In the material below, the required lines run from the one containing "e26 v22 v10 LINE" through the one containing "e37 e38 -e39]". Copy those lines exactly, ends included, and nothing else.

--- Records for this task Enclosed Below ---

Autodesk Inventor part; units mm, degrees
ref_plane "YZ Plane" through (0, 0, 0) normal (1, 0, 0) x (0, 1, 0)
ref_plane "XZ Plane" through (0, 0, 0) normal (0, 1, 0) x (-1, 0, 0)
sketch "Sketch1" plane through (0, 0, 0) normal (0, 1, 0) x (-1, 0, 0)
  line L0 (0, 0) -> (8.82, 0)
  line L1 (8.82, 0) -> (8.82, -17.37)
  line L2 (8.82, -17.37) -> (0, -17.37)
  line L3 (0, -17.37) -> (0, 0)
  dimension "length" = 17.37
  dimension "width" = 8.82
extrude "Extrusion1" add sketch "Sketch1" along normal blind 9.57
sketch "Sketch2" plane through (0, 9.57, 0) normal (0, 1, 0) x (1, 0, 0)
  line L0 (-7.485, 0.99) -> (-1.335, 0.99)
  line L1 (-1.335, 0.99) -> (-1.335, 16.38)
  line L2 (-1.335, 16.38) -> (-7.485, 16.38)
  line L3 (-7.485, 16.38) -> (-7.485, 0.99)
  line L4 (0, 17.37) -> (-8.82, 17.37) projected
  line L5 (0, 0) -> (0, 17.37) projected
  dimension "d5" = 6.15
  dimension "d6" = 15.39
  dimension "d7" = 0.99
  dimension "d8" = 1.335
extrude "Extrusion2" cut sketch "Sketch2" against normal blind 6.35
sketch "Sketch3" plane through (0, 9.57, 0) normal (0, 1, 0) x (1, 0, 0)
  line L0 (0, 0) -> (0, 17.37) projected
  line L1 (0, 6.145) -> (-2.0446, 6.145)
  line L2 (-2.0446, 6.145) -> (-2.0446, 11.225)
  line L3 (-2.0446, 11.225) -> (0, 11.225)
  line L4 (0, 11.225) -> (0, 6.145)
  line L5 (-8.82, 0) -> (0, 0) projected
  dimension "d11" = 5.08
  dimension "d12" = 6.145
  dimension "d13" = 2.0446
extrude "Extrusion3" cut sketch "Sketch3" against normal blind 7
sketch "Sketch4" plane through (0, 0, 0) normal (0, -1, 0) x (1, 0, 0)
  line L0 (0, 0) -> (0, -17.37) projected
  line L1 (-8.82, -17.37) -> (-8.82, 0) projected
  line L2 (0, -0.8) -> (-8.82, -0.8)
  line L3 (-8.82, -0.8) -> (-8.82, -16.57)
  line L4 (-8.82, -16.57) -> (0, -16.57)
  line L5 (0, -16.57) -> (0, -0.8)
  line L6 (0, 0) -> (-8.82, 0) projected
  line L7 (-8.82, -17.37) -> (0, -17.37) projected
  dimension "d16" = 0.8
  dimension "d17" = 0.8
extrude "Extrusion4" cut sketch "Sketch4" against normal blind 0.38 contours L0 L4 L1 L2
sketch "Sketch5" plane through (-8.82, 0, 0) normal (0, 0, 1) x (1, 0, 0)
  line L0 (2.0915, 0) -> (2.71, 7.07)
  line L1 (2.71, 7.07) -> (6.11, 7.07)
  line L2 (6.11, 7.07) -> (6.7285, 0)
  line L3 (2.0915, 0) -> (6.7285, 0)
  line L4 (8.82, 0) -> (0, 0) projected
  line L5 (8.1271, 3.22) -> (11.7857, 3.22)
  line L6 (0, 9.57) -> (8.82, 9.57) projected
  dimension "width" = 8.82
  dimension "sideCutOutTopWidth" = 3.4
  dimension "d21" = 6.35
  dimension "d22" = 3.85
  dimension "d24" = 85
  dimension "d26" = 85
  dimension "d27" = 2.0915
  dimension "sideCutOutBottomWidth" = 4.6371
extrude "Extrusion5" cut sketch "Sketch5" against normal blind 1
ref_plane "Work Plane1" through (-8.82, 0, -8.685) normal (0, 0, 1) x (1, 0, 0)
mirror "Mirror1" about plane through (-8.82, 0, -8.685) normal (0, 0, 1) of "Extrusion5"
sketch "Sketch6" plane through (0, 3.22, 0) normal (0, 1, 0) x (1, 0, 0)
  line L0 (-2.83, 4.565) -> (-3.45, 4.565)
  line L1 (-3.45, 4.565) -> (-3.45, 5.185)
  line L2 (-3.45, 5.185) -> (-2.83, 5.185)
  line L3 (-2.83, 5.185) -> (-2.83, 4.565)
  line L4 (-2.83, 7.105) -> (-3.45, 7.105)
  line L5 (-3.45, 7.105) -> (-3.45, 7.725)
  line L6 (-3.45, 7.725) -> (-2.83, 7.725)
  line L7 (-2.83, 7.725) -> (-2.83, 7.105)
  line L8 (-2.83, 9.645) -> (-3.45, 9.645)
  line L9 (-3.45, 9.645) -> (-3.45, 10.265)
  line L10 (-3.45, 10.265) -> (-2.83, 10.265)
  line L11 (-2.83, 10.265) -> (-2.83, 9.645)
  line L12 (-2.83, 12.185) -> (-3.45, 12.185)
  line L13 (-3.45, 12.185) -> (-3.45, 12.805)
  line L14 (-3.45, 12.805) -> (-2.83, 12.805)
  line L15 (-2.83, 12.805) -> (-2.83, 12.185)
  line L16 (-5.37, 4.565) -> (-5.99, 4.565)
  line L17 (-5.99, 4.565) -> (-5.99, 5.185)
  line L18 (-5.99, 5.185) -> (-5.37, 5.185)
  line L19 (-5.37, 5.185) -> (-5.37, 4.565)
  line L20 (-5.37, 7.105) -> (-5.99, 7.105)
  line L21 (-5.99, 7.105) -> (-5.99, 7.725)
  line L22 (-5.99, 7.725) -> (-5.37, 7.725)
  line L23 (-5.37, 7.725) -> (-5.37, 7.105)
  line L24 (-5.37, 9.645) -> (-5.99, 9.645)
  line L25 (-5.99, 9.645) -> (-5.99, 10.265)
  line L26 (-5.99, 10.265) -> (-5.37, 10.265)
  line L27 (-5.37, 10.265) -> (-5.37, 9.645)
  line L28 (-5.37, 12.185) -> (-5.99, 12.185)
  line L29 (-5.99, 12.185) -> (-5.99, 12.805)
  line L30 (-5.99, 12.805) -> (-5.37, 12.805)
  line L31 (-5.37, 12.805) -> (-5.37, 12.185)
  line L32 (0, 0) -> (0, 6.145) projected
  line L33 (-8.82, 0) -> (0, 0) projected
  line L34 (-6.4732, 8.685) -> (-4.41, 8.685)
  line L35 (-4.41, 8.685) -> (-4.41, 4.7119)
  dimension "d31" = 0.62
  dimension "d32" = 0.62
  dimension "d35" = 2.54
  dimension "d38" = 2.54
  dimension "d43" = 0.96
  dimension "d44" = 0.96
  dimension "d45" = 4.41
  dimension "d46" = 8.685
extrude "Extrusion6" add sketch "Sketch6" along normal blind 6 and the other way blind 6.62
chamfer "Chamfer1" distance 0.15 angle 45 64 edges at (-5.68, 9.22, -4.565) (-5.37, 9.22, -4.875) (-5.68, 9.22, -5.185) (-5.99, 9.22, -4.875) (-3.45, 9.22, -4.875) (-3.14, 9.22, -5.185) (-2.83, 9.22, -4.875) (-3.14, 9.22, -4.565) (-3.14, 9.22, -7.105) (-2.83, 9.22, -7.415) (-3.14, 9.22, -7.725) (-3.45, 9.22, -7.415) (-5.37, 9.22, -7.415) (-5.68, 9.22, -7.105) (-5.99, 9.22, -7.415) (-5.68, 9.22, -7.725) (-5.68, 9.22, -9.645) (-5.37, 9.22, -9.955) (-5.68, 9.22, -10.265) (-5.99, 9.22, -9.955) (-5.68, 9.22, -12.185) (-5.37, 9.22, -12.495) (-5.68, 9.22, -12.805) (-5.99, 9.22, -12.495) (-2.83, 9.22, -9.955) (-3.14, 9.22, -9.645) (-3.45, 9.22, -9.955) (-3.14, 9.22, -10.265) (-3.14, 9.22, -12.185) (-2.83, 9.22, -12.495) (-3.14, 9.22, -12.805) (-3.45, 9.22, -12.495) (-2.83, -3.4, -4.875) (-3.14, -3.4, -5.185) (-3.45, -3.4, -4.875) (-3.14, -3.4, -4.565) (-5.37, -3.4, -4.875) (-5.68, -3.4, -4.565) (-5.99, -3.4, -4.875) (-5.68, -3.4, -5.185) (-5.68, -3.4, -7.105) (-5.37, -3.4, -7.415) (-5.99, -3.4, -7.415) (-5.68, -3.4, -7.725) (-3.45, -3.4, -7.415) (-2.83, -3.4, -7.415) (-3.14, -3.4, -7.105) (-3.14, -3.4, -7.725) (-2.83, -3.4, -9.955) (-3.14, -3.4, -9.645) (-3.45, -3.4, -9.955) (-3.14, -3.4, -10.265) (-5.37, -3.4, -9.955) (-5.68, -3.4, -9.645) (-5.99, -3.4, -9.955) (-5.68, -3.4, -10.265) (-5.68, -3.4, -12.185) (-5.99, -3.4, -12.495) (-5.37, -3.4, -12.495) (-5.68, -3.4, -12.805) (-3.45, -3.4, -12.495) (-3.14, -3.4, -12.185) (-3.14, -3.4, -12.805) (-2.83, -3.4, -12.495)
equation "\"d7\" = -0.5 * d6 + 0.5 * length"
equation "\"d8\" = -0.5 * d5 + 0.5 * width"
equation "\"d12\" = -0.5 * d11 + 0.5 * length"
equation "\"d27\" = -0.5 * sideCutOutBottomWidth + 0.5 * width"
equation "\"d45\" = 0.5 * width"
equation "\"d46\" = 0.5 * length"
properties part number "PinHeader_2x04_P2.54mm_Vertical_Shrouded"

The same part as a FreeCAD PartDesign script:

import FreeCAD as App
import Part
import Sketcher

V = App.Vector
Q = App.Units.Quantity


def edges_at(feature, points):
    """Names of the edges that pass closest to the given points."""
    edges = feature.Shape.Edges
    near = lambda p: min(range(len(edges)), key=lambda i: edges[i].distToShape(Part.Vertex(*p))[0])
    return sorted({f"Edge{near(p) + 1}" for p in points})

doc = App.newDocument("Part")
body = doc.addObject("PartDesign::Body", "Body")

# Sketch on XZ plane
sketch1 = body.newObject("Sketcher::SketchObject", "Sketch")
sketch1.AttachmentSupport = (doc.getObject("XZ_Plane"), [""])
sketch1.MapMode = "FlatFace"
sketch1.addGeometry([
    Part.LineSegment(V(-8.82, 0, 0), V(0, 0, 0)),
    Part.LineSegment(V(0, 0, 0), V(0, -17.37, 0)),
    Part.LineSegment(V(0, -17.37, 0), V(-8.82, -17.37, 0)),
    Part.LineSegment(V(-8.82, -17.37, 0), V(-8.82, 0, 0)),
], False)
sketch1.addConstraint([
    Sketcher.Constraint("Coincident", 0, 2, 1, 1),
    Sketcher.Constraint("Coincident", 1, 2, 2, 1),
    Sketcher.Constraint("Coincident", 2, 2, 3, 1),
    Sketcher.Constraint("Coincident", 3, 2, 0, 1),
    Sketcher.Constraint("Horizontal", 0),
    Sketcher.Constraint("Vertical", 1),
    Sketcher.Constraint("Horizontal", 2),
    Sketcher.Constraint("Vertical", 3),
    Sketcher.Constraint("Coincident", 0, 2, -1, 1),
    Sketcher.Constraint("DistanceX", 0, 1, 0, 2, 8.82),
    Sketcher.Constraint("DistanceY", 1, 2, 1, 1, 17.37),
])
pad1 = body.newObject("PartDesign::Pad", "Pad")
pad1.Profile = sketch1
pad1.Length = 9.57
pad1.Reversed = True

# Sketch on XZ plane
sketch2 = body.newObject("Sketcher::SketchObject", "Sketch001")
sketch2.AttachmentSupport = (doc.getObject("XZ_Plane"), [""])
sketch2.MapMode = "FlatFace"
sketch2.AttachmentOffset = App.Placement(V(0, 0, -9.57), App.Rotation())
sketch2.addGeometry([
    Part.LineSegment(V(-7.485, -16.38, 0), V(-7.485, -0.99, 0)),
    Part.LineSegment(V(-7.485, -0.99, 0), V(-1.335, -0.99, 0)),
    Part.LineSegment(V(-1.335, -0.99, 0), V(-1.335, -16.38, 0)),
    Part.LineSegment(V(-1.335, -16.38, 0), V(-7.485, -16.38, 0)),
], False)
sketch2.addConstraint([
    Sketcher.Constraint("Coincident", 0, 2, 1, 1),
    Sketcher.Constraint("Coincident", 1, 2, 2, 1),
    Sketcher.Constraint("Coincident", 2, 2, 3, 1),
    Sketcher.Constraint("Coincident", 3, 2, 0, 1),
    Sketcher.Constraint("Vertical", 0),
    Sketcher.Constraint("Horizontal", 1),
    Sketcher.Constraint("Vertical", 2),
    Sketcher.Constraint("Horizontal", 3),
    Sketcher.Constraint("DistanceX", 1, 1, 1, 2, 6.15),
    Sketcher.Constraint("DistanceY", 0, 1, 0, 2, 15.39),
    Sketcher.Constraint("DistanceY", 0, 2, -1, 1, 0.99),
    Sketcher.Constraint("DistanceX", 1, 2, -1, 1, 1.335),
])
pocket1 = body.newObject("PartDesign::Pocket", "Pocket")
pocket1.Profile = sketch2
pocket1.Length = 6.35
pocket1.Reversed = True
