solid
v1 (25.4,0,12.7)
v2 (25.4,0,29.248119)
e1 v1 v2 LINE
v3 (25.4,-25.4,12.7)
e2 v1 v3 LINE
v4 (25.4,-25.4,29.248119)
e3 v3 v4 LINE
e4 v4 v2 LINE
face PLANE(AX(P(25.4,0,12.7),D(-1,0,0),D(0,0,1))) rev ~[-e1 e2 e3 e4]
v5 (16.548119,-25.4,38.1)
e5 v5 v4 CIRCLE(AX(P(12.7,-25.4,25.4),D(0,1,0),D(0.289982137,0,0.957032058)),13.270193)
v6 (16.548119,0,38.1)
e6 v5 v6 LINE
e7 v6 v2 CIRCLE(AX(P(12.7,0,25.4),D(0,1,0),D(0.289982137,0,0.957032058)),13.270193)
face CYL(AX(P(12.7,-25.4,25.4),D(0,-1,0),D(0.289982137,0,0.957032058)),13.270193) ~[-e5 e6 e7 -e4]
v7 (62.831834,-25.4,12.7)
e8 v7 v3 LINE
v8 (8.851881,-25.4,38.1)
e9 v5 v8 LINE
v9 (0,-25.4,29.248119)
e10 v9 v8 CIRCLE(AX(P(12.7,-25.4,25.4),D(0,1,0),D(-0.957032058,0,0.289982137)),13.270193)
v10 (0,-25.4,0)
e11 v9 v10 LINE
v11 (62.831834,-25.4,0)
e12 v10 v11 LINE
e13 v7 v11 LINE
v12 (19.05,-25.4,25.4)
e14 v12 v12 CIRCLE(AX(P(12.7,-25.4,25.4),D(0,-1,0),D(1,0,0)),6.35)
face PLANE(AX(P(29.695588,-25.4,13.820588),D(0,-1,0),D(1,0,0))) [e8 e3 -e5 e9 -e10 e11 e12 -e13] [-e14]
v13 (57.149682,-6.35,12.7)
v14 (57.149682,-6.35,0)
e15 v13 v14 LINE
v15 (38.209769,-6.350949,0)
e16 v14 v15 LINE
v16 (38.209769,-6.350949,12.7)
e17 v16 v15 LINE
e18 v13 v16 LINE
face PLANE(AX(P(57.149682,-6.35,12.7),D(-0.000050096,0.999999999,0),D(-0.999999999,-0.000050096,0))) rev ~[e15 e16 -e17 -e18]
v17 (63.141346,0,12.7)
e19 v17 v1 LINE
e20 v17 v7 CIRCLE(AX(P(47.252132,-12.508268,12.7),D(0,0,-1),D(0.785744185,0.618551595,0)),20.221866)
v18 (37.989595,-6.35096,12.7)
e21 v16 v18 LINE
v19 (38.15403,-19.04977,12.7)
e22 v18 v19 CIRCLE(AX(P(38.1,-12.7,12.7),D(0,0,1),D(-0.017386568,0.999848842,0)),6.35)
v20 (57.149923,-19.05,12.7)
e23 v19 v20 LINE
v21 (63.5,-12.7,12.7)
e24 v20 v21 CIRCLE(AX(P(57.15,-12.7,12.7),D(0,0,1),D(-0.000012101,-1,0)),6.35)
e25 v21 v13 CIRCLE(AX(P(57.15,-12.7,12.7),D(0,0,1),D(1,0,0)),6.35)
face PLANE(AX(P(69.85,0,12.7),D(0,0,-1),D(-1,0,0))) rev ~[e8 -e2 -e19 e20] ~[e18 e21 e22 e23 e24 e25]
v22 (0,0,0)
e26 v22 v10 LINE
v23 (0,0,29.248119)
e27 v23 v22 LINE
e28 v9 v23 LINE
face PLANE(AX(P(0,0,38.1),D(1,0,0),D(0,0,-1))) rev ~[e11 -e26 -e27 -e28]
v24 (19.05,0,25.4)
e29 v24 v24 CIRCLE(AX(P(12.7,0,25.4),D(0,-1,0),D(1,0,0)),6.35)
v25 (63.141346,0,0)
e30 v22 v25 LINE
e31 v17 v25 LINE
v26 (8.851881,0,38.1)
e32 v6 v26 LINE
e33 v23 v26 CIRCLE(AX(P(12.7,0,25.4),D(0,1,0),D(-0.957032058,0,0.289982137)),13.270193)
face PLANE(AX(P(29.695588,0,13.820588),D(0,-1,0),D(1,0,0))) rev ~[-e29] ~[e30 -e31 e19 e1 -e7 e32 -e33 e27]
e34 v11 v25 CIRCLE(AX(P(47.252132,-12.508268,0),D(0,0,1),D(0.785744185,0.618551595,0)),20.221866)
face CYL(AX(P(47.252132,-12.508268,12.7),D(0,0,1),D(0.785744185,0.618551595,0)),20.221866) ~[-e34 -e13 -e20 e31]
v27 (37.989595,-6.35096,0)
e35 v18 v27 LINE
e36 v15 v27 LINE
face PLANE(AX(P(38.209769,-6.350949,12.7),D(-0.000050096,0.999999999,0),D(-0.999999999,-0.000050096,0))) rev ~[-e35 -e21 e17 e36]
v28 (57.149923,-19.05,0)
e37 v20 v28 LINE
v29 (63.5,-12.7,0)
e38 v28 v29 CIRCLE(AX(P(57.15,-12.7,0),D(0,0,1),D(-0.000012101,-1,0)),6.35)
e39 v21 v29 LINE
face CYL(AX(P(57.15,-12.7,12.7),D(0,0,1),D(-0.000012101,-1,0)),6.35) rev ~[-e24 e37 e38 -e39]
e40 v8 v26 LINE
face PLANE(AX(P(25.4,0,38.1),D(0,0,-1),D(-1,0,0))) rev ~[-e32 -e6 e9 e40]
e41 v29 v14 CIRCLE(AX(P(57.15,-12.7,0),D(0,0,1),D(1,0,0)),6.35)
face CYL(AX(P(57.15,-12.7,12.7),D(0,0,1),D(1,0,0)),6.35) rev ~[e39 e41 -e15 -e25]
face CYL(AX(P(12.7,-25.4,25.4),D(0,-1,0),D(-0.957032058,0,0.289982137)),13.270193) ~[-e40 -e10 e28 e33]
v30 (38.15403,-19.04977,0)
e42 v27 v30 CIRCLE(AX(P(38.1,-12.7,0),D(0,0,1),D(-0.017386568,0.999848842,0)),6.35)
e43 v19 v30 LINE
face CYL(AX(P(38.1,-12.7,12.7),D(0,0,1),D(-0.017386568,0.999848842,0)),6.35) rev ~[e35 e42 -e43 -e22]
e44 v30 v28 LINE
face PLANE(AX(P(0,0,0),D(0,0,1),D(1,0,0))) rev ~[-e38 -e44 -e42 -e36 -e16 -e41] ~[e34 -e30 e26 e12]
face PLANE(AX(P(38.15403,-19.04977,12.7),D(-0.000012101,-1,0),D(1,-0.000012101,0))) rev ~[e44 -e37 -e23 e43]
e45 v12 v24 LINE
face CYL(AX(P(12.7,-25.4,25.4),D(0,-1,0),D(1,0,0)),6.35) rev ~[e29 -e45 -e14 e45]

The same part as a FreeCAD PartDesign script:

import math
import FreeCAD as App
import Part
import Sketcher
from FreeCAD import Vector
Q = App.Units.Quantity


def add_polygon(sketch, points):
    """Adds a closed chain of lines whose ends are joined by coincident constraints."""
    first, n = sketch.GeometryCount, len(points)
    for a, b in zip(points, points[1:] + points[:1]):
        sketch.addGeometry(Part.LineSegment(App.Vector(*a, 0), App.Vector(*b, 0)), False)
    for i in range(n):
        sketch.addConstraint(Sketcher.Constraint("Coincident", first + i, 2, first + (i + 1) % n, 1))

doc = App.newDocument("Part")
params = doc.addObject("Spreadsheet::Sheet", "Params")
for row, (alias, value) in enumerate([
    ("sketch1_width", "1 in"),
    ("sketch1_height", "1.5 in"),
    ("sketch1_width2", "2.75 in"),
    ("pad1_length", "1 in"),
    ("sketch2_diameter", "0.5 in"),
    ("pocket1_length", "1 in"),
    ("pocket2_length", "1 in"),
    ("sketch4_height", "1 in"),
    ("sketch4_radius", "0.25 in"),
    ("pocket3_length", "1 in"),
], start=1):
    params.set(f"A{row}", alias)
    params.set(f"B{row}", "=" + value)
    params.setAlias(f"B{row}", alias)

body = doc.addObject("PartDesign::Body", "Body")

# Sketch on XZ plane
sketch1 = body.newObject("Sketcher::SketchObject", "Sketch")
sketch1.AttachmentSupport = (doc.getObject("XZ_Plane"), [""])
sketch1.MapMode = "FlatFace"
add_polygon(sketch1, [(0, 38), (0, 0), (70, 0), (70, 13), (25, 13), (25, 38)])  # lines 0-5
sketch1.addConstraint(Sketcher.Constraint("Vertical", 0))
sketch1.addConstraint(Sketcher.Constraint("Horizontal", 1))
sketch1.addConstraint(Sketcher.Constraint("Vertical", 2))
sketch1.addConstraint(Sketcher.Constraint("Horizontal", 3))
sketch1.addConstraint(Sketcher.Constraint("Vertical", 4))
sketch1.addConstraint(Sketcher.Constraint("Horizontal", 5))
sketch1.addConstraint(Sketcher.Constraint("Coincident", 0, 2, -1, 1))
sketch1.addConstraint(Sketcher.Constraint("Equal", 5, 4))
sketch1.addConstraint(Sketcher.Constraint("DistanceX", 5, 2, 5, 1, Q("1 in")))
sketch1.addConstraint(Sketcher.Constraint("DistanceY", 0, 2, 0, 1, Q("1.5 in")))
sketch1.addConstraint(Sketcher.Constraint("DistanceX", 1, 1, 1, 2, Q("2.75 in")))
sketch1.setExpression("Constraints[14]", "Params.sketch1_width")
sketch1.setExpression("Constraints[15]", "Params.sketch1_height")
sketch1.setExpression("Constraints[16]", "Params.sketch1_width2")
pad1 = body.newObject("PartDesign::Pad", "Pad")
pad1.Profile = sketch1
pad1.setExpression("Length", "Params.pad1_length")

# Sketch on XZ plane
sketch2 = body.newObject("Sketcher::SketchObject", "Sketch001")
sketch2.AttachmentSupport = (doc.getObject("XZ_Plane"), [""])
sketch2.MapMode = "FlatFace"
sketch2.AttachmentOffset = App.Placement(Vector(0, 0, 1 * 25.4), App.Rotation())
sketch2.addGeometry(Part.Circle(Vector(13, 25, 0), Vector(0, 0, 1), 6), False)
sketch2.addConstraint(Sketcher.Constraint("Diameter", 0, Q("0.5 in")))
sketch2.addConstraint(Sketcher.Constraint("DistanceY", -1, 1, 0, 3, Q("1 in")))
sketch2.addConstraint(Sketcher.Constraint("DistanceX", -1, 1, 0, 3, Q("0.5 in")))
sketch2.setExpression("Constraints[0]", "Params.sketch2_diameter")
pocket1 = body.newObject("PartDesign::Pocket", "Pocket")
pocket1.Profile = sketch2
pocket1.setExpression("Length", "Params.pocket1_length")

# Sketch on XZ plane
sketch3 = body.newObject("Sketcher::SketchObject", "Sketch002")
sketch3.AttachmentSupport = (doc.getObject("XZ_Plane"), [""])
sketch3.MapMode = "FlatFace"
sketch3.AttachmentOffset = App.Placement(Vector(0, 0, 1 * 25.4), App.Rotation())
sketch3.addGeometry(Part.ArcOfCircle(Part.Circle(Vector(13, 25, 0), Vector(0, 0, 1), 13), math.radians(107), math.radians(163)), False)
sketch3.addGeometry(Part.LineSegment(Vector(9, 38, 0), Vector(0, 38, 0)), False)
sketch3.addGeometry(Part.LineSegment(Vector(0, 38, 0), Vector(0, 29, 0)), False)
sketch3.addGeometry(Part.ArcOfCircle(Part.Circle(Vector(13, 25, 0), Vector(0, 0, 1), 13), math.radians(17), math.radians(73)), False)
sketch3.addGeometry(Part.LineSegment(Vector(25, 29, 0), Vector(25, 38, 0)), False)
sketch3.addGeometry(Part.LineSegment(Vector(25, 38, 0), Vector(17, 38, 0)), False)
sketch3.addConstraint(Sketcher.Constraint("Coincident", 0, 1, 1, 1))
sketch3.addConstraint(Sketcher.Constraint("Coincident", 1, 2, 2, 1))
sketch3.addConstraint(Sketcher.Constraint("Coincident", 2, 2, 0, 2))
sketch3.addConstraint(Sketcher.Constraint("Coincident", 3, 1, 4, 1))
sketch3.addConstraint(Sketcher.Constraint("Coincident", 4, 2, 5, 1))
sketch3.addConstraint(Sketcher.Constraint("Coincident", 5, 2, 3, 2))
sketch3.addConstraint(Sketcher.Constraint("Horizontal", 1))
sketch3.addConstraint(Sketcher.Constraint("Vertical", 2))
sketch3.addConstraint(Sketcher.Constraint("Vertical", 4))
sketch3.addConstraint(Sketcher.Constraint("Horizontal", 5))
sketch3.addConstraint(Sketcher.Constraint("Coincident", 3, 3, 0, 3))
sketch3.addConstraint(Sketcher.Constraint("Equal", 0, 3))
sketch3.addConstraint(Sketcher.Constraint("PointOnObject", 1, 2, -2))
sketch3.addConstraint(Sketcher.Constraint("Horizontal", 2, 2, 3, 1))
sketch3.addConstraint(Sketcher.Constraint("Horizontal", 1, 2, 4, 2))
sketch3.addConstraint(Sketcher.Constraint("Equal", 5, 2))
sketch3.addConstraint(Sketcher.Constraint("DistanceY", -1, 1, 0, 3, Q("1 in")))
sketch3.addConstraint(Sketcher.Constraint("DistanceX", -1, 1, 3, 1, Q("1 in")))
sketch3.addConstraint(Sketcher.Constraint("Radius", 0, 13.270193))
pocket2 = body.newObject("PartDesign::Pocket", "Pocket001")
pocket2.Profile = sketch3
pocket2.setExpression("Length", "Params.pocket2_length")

--- End of Enclosed Records for this task ---

#### [Solution for this task]
e26 v22 v10 LINE
v23 (0,0,29.248119)
e27 v23 v22 LINE
e28 v9 v23 LINE
face PLANE(AX(P(0,0,38.1),D(1,0,0),D(0,0,-1))) rev ~[e11 -e26 -e27 -e28]
v24 (19.05,0,25.4)
e29 v24 v24 CIRCLE(AX(P(12.7,0,25.4),D(0,-1,0),D(1,0,0)),6.35)
v25 (63.141346,0,0)
e30 v22 v25 LINE
e31 v17 v25 LINE
v26 (8.851881,0,38.1)
e32 v6 v26 LINE
e33 v23 v26 CIRCLE(AX(P(12.7,0,25.4),D(0,1,0),D(-0.957032058,0,0.289982137)),13.270193)
face PLANE(AX(P(29.695588,0,13.820588),D(0,-1,0),D(1,0,0))) rev ~[-e29] ~[e30 -e31 e19 e1 -e7 e32 -e33 e27]
e34 v11 v25 CIRCLE(AX(P(47.252132,-12.508268,0),D(0,0,1),D(0.785744185,0.618551595,0)),20.221866)
face CYL(AX(P(47.252132,-12.508268,12.7),D(0,0,1),D(0.785744185,0.618551595,0)),20.221866) ~[-e34 -e13 -e20 e31]
v27 (37.989595,-6.35096,0)
e35 v18 v27 LINE
e36 v15 v27 LINE
face PLANE(AX(P(38.209769,-6.350949,12.7),D(-0.000050096,0.999999999,0),D(-0.999999999,-0.000050096,0))) rev ~[-e35 -e21 e17 e36]
v28 (57.149923,-19.05,0)
e37 v20 v28 LINE
v29 (63.5,-12.7,0)
e38 v28 v29 CIRCLE(AX(P(57.15,-12.7,0),D(0,0,1),D(-0.000012101,-1,0)),6.35)
e39 v21 v29 LINE
face CYL(AX(P(57.15,-12.7,12.7),D(0,0,1),D(-0.000012101,-1,0)),6.35) rev ~[-e24 e37 e38 -e39]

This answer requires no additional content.